Jernigan knows what it’s like to crave books as a child.

“I grew up out in the country in Tennessee,” said Jernigan, 64, who has been blind since birth. When he was 6 his parents sent him to a school for the blind in Nashville where he learned to read Braille.

“I came home that first summer to a house where there was no radio, no telephone and nothing for me to read,” he said. “But I knew I would be getting a magazine in Braille sent to me each month for June, July and August. And I knew that each magazine was 60 pages long.

“So I rationed myself. I would only read two pages a day and not a bit more so that each magazine would last a whole month.

“It was all I had.”

In 1961, the Brotherhood began sponsoring the program and moved the operation from Norris’ kitchen to an office in Van Nuys. “They set me up with an office, a press and a binder, and we were in business,” Norris said. The volunteer transcribers were trained on Perkins Braillers, a kind of Braille typewriter that greatly speeded up production. Eventually, the Brotherhood provided funds to add computers and high-speed presses to the Twin Vision arsenal.

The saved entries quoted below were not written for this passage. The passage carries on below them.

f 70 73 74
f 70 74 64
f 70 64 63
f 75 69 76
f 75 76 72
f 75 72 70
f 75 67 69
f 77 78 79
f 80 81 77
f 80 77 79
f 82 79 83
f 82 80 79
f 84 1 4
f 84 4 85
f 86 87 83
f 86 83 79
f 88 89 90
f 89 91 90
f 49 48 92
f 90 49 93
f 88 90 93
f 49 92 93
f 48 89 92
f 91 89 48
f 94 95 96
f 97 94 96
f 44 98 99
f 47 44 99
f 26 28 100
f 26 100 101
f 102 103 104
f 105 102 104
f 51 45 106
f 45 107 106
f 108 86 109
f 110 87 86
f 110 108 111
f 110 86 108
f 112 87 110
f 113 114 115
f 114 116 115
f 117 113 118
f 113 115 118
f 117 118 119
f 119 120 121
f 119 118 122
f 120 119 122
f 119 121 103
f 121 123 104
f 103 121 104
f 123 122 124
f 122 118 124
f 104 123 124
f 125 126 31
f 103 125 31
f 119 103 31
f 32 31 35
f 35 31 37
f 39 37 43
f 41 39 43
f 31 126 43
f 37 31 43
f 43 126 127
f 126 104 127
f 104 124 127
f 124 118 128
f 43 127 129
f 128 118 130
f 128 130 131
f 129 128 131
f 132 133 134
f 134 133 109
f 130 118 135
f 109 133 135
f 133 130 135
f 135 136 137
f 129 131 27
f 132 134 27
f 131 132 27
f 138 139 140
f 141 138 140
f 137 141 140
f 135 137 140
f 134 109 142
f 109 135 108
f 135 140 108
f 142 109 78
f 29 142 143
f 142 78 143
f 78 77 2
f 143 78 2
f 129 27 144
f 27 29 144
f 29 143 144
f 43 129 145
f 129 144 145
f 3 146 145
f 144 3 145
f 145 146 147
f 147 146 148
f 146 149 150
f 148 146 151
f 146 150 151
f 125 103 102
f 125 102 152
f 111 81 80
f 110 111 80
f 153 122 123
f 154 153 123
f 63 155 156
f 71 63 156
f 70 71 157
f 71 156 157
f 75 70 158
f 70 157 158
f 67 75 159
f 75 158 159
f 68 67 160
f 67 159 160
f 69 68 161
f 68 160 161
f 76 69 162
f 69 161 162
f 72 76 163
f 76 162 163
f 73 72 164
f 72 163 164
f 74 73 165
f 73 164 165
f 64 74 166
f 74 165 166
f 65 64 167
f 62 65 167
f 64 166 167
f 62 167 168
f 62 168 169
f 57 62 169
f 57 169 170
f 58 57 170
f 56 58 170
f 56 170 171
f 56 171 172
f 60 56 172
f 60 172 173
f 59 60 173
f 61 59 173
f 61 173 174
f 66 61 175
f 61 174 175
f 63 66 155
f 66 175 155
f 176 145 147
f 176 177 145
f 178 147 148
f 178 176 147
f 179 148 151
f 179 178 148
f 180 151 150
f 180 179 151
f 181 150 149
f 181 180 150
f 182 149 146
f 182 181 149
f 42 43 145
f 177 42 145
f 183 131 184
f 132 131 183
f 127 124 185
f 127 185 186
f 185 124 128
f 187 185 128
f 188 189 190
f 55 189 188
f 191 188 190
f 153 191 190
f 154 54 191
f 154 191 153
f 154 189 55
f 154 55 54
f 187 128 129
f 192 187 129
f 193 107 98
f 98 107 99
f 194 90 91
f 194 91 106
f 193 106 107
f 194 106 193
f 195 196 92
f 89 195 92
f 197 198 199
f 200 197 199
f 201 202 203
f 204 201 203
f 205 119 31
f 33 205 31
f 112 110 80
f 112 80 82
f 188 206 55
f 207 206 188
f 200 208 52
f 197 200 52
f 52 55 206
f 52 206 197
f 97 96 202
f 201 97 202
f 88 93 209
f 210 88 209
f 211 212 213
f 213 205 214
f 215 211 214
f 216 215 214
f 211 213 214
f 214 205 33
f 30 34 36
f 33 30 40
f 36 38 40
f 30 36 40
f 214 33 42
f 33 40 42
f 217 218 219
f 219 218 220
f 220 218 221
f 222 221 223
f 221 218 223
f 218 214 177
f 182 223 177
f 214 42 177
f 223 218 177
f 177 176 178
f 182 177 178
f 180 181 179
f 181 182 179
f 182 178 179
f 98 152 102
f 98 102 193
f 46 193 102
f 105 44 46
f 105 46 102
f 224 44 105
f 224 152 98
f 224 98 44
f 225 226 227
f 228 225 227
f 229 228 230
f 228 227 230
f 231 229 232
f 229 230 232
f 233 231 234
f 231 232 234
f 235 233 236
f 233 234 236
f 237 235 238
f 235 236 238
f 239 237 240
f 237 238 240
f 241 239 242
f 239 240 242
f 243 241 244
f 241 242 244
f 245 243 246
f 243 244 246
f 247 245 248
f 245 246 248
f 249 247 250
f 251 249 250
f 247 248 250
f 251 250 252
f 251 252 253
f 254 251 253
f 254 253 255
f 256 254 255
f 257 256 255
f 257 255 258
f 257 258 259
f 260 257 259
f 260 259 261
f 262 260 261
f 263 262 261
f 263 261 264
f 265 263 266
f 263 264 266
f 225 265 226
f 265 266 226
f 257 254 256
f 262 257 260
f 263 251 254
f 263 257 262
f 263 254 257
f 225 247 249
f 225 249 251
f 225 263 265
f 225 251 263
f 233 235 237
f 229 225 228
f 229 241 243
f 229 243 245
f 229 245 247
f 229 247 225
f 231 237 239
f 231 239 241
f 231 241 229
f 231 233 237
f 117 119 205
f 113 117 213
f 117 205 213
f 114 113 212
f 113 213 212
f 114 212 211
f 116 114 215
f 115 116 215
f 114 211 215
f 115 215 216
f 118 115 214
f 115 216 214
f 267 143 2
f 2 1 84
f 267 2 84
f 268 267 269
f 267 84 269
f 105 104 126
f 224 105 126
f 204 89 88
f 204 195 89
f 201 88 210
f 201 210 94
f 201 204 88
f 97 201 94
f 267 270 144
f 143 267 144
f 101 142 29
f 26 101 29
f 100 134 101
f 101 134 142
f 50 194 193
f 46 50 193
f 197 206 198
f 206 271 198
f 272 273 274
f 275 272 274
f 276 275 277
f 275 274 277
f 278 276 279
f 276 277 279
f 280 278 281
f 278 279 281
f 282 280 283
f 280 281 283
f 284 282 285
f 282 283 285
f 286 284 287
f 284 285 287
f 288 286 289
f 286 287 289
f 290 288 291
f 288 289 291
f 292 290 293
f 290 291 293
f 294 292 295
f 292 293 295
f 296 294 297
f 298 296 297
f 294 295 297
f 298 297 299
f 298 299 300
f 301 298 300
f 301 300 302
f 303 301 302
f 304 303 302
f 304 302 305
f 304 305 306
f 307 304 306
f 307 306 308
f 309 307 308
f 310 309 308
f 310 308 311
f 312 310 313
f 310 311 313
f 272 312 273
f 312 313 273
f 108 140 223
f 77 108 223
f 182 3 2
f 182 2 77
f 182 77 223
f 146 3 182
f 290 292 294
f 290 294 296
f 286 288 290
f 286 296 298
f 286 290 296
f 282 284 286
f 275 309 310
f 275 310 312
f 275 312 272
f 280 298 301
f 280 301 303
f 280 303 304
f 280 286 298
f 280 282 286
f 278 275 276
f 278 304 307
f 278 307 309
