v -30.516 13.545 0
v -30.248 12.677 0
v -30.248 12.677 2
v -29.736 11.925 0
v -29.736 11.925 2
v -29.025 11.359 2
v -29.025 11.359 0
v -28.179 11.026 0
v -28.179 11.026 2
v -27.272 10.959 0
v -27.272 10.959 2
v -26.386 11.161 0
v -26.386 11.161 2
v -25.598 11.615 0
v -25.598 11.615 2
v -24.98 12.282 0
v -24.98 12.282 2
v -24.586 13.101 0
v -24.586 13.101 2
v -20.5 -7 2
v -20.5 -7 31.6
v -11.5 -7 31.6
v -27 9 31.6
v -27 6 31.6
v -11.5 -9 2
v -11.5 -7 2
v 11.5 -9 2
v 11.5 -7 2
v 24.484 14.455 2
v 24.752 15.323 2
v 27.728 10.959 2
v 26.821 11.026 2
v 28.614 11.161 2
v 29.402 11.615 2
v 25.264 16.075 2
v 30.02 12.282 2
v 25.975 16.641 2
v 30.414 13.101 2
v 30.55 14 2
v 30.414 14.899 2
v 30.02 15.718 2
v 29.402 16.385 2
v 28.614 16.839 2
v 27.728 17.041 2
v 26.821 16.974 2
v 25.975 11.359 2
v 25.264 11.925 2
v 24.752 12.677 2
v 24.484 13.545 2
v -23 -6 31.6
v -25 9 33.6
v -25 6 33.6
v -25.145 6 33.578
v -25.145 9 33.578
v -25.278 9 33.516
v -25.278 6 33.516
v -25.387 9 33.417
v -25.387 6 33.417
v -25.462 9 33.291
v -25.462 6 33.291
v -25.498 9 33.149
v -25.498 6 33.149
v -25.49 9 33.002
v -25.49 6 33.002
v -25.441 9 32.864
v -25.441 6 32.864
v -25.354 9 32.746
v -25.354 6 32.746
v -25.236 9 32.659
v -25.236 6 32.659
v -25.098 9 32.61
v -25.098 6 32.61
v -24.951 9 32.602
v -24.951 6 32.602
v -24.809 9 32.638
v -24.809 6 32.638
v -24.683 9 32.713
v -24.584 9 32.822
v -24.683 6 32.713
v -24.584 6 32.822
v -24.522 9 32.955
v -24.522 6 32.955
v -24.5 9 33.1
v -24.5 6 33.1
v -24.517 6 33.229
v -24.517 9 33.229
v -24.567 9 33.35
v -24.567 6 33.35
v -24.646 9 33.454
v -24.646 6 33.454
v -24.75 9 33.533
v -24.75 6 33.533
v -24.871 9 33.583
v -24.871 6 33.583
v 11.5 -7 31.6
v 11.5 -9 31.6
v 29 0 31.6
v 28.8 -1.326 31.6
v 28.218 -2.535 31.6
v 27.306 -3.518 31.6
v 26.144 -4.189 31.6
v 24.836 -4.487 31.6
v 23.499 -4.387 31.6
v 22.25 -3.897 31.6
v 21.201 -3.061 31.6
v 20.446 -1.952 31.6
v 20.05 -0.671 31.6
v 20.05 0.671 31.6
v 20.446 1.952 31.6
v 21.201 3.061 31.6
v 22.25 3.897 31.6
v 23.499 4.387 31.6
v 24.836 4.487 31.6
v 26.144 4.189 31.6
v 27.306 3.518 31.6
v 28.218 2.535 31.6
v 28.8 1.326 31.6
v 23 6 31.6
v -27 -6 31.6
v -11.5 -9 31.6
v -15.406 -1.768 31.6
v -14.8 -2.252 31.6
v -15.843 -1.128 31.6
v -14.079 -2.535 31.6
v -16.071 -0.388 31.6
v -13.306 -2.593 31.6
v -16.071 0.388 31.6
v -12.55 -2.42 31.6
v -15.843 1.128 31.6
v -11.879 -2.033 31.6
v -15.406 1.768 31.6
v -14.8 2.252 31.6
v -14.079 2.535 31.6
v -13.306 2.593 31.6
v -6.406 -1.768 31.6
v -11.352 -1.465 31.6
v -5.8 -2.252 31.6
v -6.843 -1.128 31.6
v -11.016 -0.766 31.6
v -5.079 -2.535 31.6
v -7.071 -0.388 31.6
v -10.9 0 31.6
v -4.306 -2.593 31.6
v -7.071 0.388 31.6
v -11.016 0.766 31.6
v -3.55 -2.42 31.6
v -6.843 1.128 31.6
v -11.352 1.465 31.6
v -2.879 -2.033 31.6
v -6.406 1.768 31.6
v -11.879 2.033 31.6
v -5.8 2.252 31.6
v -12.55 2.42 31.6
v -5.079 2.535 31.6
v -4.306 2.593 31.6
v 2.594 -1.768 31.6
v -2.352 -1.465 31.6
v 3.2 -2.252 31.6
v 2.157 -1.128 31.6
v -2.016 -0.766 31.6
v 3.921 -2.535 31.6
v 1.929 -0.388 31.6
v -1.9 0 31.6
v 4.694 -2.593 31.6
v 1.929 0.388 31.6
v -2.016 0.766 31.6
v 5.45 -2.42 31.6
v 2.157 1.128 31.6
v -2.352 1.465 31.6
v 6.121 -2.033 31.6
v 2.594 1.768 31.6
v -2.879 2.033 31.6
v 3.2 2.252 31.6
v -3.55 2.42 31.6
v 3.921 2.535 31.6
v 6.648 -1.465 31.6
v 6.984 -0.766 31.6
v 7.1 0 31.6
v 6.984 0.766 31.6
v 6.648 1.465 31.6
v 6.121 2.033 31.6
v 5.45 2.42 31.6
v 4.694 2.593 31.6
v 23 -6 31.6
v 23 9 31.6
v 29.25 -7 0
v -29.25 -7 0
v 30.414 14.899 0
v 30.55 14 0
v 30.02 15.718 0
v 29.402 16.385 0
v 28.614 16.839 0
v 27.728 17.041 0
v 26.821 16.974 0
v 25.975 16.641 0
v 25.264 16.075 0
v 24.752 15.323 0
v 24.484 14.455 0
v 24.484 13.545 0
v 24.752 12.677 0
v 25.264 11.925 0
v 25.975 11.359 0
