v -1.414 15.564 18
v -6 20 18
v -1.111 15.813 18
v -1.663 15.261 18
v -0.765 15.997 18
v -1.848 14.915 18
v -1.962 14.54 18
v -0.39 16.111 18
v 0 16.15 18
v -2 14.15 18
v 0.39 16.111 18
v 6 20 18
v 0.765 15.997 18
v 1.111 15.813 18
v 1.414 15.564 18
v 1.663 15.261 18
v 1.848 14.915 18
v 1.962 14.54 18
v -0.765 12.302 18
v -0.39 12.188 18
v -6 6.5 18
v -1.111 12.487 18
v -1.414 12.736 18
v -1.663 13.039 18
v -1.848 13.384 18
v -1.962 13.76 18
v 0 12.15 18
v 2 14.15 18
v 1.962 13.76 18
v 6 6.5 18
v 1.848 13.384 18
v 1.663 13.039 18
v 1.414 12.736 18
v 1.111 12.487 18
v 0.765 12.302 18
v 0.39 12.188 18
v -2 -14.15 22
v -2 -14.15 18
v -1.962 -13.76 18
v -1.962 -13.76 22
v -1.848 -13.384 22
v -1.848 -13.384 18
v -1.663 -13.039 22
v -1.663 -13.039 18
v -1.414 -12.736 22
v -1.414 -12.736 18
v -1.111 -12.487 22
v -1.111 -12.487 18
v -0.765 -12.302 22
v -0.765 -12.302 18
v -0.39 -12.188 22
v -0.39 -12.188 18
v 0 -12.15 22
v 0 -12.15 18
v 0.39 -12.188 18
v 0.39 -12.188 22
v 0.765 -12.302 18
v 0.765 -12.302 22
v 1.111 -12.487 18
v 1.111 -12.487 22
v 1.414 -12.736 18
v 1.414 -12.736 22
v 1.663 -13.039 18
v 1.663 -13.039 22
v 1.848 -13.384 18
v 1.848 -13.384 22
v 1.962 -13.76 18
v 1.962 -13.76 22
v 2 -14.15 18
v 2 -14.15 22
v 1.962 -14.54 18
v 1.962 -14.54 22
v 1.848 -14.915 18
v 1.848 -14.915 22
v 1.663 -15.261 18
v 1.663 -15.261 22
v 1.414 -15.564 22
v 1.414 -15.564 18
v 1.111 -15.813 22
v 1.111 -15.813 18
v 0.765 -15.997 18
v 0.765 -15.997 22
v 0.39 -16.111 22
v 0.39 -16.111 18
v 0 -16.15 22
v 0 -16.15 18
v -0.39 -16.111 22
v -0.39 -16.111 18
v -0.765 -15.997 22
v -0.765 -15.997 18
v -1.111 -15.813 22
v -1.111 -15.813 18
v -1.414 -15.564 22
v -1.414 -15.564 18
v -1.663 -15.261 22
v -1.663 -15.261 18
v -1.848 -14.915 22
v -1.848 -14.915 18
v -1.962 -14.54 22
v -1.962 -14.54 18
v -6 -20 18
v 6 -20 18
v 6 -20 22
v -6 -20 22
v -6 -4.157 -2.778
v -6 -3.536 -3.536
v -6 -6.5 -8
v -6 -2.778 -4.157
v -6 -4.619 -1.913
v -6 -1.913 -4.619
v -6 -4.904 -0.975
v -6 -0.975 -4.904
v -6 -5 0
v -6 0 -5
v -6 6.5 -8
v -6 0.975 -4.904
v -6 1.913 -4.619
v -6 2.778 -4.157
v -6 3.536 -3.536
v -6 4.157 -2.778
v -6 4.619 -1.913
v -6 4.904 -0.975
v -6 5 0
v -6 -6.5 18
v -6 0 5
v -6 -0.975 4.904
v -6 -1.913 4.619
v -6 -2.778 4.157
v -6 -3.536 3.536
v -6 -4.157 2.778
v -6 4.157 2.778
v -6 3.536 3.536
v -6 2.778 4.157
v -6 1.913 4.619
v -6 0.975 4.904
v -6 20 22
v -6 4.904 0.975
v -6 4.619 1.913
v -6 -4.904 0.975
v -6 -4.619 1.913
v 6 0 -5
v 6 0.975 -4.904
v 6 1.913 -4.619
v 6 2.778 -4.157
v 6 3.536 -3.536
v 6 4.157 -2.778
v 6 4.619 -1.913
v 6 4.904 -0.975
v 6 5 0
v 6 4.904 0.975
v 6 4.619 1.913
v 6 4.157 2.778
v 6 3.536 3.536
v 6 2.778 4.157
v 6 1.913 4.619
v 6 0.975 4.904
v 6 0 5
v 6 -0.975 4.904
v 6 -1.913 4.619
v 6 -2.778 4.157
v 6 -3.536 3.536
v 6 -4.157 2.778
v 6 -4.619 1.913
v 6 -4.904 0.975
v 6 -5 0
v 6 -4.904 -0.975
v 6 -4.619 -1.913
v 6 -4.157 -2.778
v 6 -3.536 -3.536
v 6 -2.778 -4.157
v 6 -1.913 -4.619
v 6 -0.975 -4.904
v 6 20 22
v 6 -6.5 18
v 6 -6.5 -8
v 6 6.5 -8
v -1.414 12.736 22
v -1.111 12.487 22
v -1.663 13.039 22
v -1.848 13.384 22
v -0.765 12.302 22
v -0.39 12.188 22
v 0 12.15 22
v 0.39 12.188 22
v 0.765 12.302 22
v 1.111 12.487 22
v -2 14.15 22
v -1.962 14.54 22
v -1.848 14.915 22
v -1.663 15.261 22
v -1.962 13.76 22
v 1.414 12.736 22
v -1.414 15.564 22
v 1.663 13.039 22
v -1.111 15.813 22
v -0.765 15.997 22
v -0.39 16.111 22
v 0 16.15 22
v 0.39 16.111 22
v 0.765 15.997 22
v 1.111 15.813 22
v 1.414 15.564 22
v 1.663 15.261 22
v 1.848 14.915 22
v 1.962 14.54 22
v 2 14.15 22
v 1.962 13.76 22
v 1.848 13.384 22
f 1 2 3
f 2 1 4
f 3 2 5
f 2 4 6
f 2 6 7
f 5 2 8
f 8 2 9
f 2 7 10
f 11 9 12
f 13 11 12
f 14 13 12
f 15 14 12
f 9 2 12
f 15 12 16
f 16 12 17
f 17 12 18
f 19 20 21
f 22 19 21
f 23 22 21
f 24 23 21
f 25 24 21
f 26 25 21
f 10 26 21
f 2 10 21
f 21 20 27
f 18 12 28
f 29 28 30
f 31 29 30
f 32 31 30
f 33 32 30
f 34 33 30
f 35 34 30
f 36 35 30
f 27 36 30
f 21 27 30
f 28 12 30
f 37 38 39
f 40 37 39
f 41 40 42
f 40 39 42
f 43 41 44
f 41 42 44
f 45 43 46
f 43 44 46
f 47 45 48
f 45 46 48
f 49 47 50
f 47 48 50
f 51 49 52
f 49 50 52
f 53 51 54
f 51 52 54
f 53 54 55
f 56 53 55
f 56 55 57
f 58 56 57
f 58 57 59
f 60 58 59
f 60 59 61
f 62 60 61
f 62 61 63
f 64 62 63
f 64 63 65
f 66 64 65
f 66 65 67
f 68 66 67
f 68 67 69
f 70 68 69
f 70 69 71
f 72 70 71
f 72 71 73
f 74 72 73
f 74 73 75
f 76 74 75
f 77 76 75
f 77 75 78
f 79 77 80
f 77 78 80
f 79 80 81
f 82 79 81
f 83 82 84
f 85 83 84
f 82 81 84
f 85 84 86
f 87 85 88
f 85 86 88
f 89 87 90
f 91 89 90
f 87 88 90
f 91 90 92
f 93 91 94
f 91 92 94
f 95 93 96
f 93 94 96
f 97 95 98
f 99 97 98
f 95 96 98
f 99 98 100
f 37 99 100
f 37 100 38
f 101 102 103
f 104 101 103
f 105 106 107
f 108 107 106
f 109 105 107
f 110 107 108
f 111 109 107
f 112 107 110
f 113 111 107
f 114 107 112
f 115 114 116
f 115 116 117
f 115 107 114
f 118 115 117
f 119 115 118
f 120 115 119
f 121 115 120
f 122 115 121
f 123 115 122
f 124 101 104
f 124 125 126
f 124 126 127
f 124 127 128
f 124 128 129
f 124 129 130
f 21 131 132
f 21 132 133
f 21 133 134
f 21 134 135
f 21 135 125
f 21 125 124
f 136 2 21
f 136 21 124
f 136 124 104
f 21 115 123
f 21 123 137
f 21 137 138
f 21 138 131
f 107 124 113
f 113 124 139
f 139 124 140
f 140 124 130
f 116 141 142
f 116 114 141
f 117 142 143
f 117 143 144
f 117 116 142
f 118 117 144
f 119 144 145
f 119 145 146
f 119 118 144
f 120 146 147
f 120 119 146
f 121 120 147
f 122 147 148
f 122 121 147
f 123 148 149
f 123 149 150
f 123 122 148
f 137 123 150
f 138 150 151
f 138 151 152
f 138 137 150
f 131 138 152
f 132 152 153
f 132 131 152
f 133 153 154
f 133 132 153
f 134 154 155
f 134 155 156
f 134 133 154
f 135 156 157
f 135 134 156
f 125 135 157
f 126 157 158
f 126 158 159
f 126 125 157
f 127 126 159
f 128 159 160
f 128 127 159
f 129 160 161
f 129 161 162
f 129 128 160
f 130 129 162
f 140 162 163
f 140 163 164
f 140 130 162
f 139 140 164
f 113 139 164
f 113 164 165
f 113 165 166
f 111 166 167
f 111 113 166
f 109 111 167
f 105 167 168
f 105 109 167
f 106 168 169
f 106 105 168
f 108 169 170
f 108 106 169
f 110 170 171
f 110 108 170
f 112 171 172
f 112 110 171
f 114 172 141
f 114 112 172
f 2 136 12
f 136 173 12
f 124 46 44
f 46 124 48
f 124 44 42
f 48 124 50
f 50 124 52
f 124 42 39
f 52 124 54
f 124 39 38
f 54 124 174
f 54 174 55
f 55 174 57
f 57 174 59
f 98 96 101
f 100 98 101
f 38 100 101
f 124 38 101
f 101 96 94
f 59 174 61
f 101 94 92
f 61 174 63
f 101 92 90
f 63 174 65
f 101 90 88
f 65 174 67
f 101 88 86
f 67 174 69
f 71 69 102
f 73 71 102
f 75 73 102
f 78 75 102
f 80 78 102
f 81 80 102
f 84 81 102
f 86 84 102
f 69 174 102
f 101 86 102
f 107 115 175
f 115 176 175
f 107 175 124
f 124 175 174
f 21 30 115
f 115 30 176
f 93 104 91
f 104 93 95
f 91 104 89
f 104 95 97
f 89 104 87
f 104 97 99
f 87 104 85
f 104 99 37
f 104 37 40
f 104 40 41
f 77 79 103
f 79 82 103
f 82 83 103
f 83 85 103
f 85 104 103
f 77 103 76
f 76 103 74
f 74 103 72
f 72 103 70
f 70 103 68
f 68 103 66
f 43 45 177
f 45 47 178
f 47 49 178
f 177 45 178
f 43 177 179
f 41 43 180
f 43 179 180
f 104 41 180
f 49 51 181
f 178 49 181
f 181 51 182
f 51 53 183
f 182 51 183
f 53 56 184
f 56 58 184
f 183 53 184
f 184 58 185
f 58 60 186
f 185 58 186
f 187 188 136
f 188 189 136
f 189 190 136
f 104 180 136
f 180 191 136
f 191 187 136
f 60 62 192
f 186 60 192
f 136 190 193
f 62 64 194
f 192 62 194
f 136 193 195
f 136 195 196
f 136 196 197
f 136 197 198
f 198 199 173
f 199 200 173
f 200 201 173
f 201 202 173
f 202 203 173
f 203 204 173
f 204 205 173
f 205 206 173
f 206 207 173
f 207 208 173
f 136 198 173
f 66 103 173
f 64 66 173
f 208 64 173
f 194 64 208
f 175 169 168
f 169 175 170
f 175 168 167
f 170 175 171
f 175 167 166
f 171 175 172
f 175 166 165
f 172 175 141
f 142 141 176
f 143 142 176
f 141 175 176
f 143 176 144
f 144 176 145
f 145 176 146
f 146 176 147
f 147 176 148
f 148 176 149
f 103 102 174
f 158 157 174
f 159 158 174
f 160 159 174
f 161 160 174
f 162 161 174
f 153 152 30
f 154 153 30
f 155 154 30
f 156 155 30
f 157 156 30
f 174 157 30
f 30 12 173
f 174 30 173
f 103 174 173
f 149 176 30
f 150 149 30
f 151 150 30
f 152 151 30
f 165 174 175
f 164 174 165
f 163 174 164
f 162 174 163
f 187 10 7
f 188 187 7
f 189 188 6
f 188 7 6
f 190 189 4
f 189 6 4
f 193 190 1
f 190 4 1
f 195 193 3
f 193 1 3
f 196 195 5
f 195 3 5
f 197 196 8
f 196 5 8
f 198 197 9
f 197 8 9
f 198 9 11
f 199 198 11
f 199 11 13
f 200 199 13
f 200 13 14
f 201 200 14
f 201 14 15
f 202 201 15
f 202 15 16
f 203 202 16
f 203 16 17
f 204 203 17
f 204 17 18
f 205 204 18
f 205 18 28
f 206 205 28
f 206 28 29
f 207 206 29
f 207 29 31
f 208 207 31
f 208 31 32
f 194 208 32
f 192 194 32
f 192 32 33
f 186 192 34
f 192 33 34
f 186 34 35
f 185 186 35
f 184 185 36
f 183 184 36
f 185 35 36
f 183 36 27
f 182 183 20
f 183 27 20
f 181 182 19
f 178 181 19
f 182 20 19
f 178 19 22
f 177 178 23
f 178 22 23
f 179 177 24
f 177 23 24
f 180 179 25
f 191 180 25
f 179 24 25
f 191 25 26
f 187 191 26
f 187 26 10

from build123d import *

# Parameters (mm, degrees)
SKETCH1_R           = 5
BOSS_EXTRUDE1_DEPTH = 6
SKETCH2_R           = 2
CUT_EXTRUDE1_DEPTH  = 5


with BuildPart() as part:
    # Sketch1 → Boss-Extrude1 (new body, symmetric)
    with BuildSketch(Plane(origin=(0, 0, 0), x_dir=(0, 0, -1), z_dir=(1, 0, 0))):
        Polygon((-22, -20), (-22, 20), (-18, 20), (-18, 6.5), (8, 6.5), (8, -6.5), (-18, -6.5), (-18, -20), align=None)
        Circle(SKETCH1_R, mode=Mode.SUBTRACT)
    extrude(amount=BOSS_EXTRUDE1_DEPTH, both=True)

    # Sketch2 → Cut-Extrude1 (cut, through all)
    with BuildSketch(Plane(origin=(0, 0, 18), x_dir=(-1, 0, 0), z_dir=(0, 0, -1))):
        with Locations((0, 14.149716829)):
            Circle(SKETCH2_R)
        with Locations((0, -14.149716829)):
            Circle(SKETCH2_R)
    extrude(amount=-CUT_EXTRUDE1_DEPTH, mode=Mode.SUBTRACT)


solid = part.part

The operation has moved twice, each time because more space was needed. At the present location, the ground floor of an office building across from a lumberyard on Oxnard Street, about a dozen volunteers gather on weekdays to catalogue books, work Braille presses, enter data into computers, cut the spine out of books, re-bind them with the Braille insertions and process shipments to blind “subscribers” who have signed up to receive books.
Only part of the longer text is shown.